Pros: integrated lead generation, strong visual tools for design clients, decent estimating, professional client-facing presentations.
Cons: not a great fit for non-design contractors (framers, roofers, mechanical subs), feature depth in scheduling and job costing trails dedicated tools, monthly cost adds up if you don't use the Houzz lead side.
This one's situational. If "design" is part of your sales pitch, Houzz Pro pulls double duty. If you're a foundation contractor, look elsewhere.
6. JobTread — Best for Growing Contractors Ready to Scale
Pricing: Starts at $199/month per company (unlimited users). 14-day free trial. No free tier.
JobTread has gained traction with mid-sized contractors who outgrew spreadsheets but found Buildertrend overkill. Flat-rate pricing with unlimited users is unusual in this space — if you have ten field staff, the math works heavily in your favor versus per-user platforms.

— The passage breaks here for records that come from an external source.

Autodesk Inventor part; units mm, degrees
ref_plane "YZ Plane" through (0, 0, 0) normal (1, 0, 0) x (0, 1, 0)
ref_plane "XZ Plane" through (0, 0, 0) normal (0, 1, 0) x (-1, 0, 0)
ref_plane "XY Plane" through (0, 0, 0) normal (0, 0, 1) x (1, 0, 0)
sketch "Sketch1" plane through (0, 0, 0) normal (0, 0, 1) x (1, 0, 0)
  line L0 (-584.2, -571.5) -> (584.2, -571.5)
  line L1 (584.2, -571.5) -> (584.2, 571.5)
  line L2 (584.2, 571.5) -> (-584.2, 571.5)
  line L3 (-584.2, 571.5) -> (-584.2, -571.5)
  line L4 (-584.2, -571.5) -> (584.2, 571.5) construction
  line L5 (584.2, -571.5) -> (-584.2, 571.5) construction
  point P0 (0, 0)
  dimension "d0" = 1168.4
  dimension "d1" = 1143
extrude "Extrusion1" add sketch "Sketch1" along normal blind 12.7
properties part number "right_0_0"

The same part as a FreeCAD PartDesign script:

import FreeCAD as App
import Part
import Sketcher

V = App.Vector
Q = App.Units.Quantity

doc = App.newDocument("Part")
body = doc.addObject("PartDesign::Body", "Body")

sketch1 = body.newObject("Sketcher::SketchObject", "Sketch")
sketch1.AttachmentSupport = (doc.getObject("XY_Plane"), [""])
sketch1.MapMode = "FlatFace"
sketch1.addGeometry(Part.LineSegment(V(-584, 572, 0), V(-584, -572, 0)), False)
sketch1.addGeometry(Part.LineSegment(V(-584, -572, 0), V(584, -572, 0)), False)
sketch1.addGeometry(Part.LineSegment(V(584, -572, 0), V(584, 572, 0)), False)
sketch1.addGeometry(Part.LineSegment(V(584, 572, 0), V(-584, 572, 0)), False)
sketch1.addConstraint(Sketcher.Constraint("Coincident", 0, 2, 1, 1))
sketch1.addConstraint(Sketcher.Constraint("Coincident", 1, 2, 2, 1))
sketch1.addConstraint(Sketcher.Constraint("Coincident", 2, 2, 3, 1))
sketch1.addConstraint(Sketcher.Constraint("Coincident", 3, 2, 0, 1))
sketch1.addConstraint(Sketcher.Constraint("Vertical", 0))
sketch1.addConstraint(Sketcher.Constraint("Horizontal", 1))
sketch1.addConstraint(Sketcher.Constraint("Vertical", 2))
sketch1.addConstraint(Sketcher.Constraint("Horizontal", 3))
sketch1.addConstraint(Sketcher.Constraint("Symmetric", 0, 2, 2, 2, -1, 1))
sketch1.addConstraint(Sketcher.Constraint("DistanceX", 1, 1, 1, 2, Q("46 in")))
sketch1.addConstraint(Sketcher.Constraint("DistanceY", 0, 2, 0, 1, Q("45 in")))
pad1 = body.newObject("PartDesign::Pad", "Pad")
pad1.Profile = sketch1
pad1.Length = Q("0.5 in")

doc.recompute()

Pros: unlimited users at flat rate, customizable workflows, clean modern interface, strong estimating-to-job-costing pipeline.
Cons: still maturing — some integrations and reports are works in progress; no free tier; mobile app trails the web experience.

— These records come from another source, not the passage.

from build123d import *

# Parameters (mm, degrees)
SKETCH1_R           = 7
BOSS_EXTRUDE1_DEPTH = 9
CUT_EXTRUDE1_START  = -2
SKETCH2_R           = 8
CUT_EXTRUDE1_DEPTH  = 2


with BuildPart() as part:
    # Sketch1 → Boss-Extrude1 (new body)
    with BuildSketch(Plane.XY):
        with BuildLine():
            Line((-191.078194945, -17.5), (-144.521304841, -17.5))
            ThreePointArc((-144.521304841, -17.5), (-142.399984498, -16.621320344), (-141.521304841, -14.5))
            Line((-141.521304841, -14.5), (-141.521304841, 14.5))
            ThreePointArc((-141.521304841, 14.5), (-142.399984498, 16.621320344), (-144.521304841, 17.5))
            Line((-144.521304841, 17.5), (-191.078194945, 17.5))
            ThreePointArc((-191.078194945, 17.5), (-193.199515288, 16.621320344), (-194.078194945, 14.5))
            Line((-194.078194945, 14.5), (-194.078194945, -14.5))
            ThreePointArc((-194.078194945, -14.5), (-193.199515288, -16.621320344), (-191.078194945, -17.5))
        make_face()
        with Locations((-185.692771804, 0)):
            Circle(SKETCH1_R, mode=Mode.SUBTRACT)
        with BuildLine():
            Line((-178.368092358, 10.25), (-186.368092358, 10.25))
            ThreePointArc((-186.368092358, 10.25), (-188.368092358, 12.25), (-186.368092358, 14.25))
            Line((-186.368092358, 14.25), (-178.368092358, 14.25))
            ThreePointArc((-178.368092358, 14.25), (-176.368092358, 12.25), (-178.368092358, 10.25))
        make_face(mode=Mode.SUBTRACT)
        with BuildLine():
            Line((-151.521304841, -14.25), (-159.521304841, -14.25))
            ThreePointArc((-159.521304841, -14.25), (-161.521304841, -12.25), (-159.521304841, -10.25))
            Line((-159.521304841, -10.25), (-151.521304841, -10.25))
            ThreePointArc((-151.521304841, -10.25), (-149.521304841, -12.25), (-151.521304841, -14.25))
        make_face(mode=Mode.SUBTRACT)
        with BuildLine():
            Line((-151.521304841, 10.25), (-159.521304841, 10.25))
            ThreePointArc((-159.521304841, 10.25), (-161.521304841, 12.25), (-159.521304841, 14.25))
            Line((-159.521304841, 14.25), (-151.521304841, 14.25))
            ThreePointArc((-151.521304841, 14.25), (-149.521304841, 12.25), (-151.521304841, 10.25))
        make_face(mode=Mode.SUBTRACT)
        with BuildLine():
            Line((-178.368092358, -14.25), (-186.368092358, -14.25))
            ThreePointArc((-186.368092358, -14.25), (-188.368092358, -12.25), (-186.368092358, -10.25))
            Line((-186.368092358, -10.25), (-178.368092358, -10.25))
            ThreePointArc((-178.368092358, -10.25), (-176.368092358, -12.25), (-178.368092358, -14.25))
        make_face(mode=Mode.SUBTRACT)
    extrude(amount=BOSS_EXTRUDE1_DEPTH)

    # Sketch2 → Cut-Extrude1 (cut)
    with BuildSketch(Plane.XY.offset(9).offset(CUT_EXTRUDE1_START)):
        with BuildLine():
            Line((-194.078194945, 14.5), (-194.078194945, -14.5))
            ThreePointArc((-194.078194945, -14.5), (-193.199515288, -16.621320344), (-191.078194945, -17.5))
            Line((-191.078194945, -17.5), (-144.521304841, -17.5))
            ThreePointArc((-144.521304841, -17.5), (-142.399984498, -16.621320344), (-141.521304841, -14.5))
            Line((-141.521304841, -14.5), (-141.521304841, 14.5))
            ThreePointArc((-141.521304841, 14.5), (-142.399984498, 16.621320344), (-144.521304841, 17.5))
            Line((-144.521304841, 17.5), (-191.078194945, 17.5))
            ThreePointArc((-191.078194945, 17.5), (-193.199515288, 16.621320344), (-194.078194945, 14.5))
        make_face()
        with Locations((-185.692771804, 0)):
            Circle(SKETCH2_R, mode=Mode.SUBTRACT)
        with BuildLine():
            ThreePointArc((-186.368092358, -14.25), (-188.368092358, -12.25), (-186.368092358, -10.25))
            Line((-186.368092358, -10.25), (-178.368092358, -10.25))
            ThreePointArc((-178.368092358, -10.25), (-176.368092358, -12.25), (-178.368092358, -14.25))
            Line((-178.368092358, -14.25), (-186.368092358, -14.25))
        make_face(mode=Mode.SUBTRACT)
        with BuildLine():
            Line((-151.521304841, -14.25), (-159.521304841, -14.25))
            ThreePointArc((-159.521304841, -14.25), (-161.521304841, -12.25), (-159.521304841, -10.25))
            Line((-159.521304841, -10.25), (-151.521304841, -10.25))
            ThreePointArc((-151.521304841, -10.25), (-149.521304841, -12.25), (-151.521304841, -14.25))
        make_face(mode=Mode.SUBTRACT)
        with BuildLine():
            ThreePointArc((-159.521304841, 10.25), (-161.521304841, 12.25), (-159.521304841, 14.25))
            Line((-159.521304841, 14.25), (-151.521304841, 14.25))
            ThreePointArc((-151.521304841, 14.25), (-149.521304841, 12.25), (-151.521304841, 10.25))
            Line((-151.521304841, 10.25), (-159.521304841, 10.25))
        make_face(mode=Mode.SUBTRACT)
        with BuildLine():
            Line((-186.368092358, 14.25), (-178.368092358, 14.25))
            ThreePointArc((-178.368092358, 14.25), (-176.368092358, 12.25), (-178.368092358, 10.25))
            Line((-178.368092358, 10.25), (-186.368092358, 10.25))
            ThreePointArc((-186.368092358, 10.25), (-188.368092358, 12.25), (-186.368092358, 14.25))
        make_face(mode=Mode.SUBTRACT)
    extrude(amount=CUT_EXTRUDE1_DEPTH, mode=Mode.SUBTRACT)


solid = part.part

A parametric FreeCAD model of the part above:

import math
import FreeCAD as App
import Part
import Sketcher
Q = App.Units.Quantity

doc = App.newDocument("Part")
body = doc.addObject("PartDesign::Body", "Body")

# Sketch on XY plane
sketch1 = body.newObject("Sketcher::SketchObject", "Sketch")
sketch1.AttachmentSupport = (doc.getObject("XY_Plane"), [""])
sketch1.MapMode = "FlatFace"
sketch1.addGeometry([
    Part.LineSegment(App.Vector(-191.1, -17.5, 0), App.Vector(-144.5, -17.5, 0)),  # 0
    Part.ArcOfCircle(Part.Circle(App.Vector(-144.5, -14.5, 0), App.Vector(0, 0, 1), 3), math.radians(-90), math.radians(0)),  # 1
    Part.LineSegment(App.Vector(-141.5, -14.5, 0), App.Vector(-141.5, 14.5, 0)),  # 2
    Part.ArcOfCircle(Part.Circle(App.Vector(-144.5, 14.5, 0), App.Vector(0, 0, 1), 3), math.radians(0), math.radians(90)),  # 3
    Part.LineSegment(App.Vector(-144.5, 17.5, 0), App.Vector(-191.1, 17.5, 0)),  # 4
    Part.ArcOfCircle(Part.Circle(App.Vector(-191.1, 14.5, 0), App.Vector(0, 0, 1), 3), math.radians(90), math.radians(180)),  # 5
    Part.LineSegment(App.Vector(-194.1, 14.5, 0), App.Vector(-194.1, -14.5, 0)),  # 6
    Part.ArcOfCircle(Part.Circle(App.Vector(-191.1, -14.5, 0), App.Vector(0, 0, 1), 3), math.radians(180), math.radians(270)),  # 7
    Part.ArcOfCircle(Part.Circle(App.Vector(-178.4, -12.2, 0), App.Vector(0, 0, 1), 2), math.radians(-90), math.radians(90)),  # 8
    Part.LineSegment(App.Vector(-178.4, -14.2, 0), App.Vector(-186.4, -14.2, 0)),  # 9
    Part.ArcOfCircle(Part.Circle(App.Vector(-186.4, -12.2, 0), App.Vector(0, 0, 1), 2), math.radians(90), math.radians(270)),  # 10
    Part.LineSegment(App.Vector(-186.4, -10.2, 0), App.Vector(-178.4, -10.2, 0)),  # 11
    Part.ArcOfCircle(Part.Circle(App.Vector(-151.5, -12.2, 0), App.Vector(0, 0, 1), 2), math.radians(-90), math.radians(90)),  # 12
    Part.LineSegment(App.Vector(-151.5, -14.2, 0), App.Vector(-159.5, -14.2, 0)),  # 13
    Part.ArcOfCircle(Part.Circle(App.Vector(-159.5, -12.2, 0), App.Vector(0, 0, 1), 2), math.radians(90), math.radians(270)),  # 14
    Part.LineSegment(App.Vector(-159.5, -10.2, 0), App.Vector(-151.5, -10.2, 0)),  # 15
    Part.Circle(App.Vector(-185.7, 0, 0), App.Vector(0, 0, 1), 7),  # 16
    Part.ArcOfCircle(Part.Circle(App.Vector(-178.4, 12.2, 0), App.Vector(0, 0, 1), 2), math.radians(-90), math.radians(90)),  # 17
    Part.LineSegment(App.Vector(-178.4, 10.2, 0), App.Vector(-186.4, 10.2, 0)),  # 18
    Part.ArcOfCircle(Part.Circle(App.Vector(-186.4, 12.2, 0), App.Vector(0, 0, 1), 2), math.radians(90), math.radians(270)),  # 19
    Part.LineSegment(App.Vector(-186.4, 14.2, 0), App.Vector(-178.4, 14.2, 0)),  # 20
    Part.ArcOfCircle(Part.Circle(App.Vector(-151.5, 12.2, 0), App.Vector(0, 0, 1), 2), math.radians(-90), math.radians(90)),  # 21
    Part.LineSegment(App.Vector(-151.5, 10.2, 0), App.Vector(-159.5, 10.2, 0)),  # 22
    Part.ArcOfCircle(Part.Circle(App.Vector(-159.5, 12.2, 0), App.Vector(0, 0, 1), 2), math.radians(90), math.radians(270)),  # 23
    Part.LineSegment(App.Vector(-159.5, 14.2, 0), App.Vector(-151.5, 14.2, 0)),  # 24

JobTread is worth a look if you're a contractor running 5+ jobs at a time with multiple field employees and you want one platform to grow into.
7. Trello or Google Sheets — The Honest "Free" Backup
Pricing: Free.
We'd be dishonest if we didn't admit that a lot of small contractors run their entire business on Google Sheets, Trello boards, and the iPhone Notes app. It works, sort of, until it doesn't — usually around the time a client disputes a change order and you can't find the email thread.
Pros: actually free, infinitely flexible, no learning curve.
Cons: no job costing, no change order audit trail, no invoicing, no offline reliability across devices, you're the integration. Lost paperwork costs more than software.
Use this stack as a stopgap, not a strategy.
How We Picked These Apps
We evaluated each app against five criteria that matter to small contractors:
- Real cost. What you pay after the trial ends, including per-user fees and add-ons.
- Job costing depth. Can you actually see profit fade in real time, or just total revenue?
- Change orders and billing. AIA-style pay applications, retainage handling, and clean client invoices.
- Field usability. Does it work on a phone in a basement with no signal?
- Time to value. Can a non-technical contractor be productive in under an hour?
We didn't include enterprise platforms like Procore or Sage 300 CRE — great tools, wrong audience. This list is for the contractor whose IT department is also the person reading this article.
Which App Is Right for You?
Match the app to the shape of your business:
- Solo or small crew, residential or light commercial: Start with TrestleBook. It's free, offline-capable, and covers job costing, change orders, and billing without monthly overhead.
- Custom home builder, $2M+ revenue, client experience matters: Buildertrend or CoConstruct.
- Want everything in one tool, tight budget: Contractor Foreman.
- Design-forward remodeler who needs leads: Houzz Pro.
- Growing contractor with 5+ field staff: JobTread.
One last note: construction management software is one piece of running a small business. If you also do freelance trade work or side jobs, Stintly handles time tracking, invoicing, and self-employment finance for the freelance side without overlapping with your contractor stack. And if you own rental property in addition to running your contracting business — common for tradespeople who buy fixers — KeyLoft keeps tenant communication, rent tracking, and lease records separate from your job ledger so the two sides of your business don't bleed into each other.
The right app is the one you actually use on Tuesday at 4pm when you're tired and the GC is asking where the change order is. For most small contractors, that's the simplest one that handles the work without getting in the way. Start free, prove the workflow, and only pay when the cost is clearly less than the time it saves you.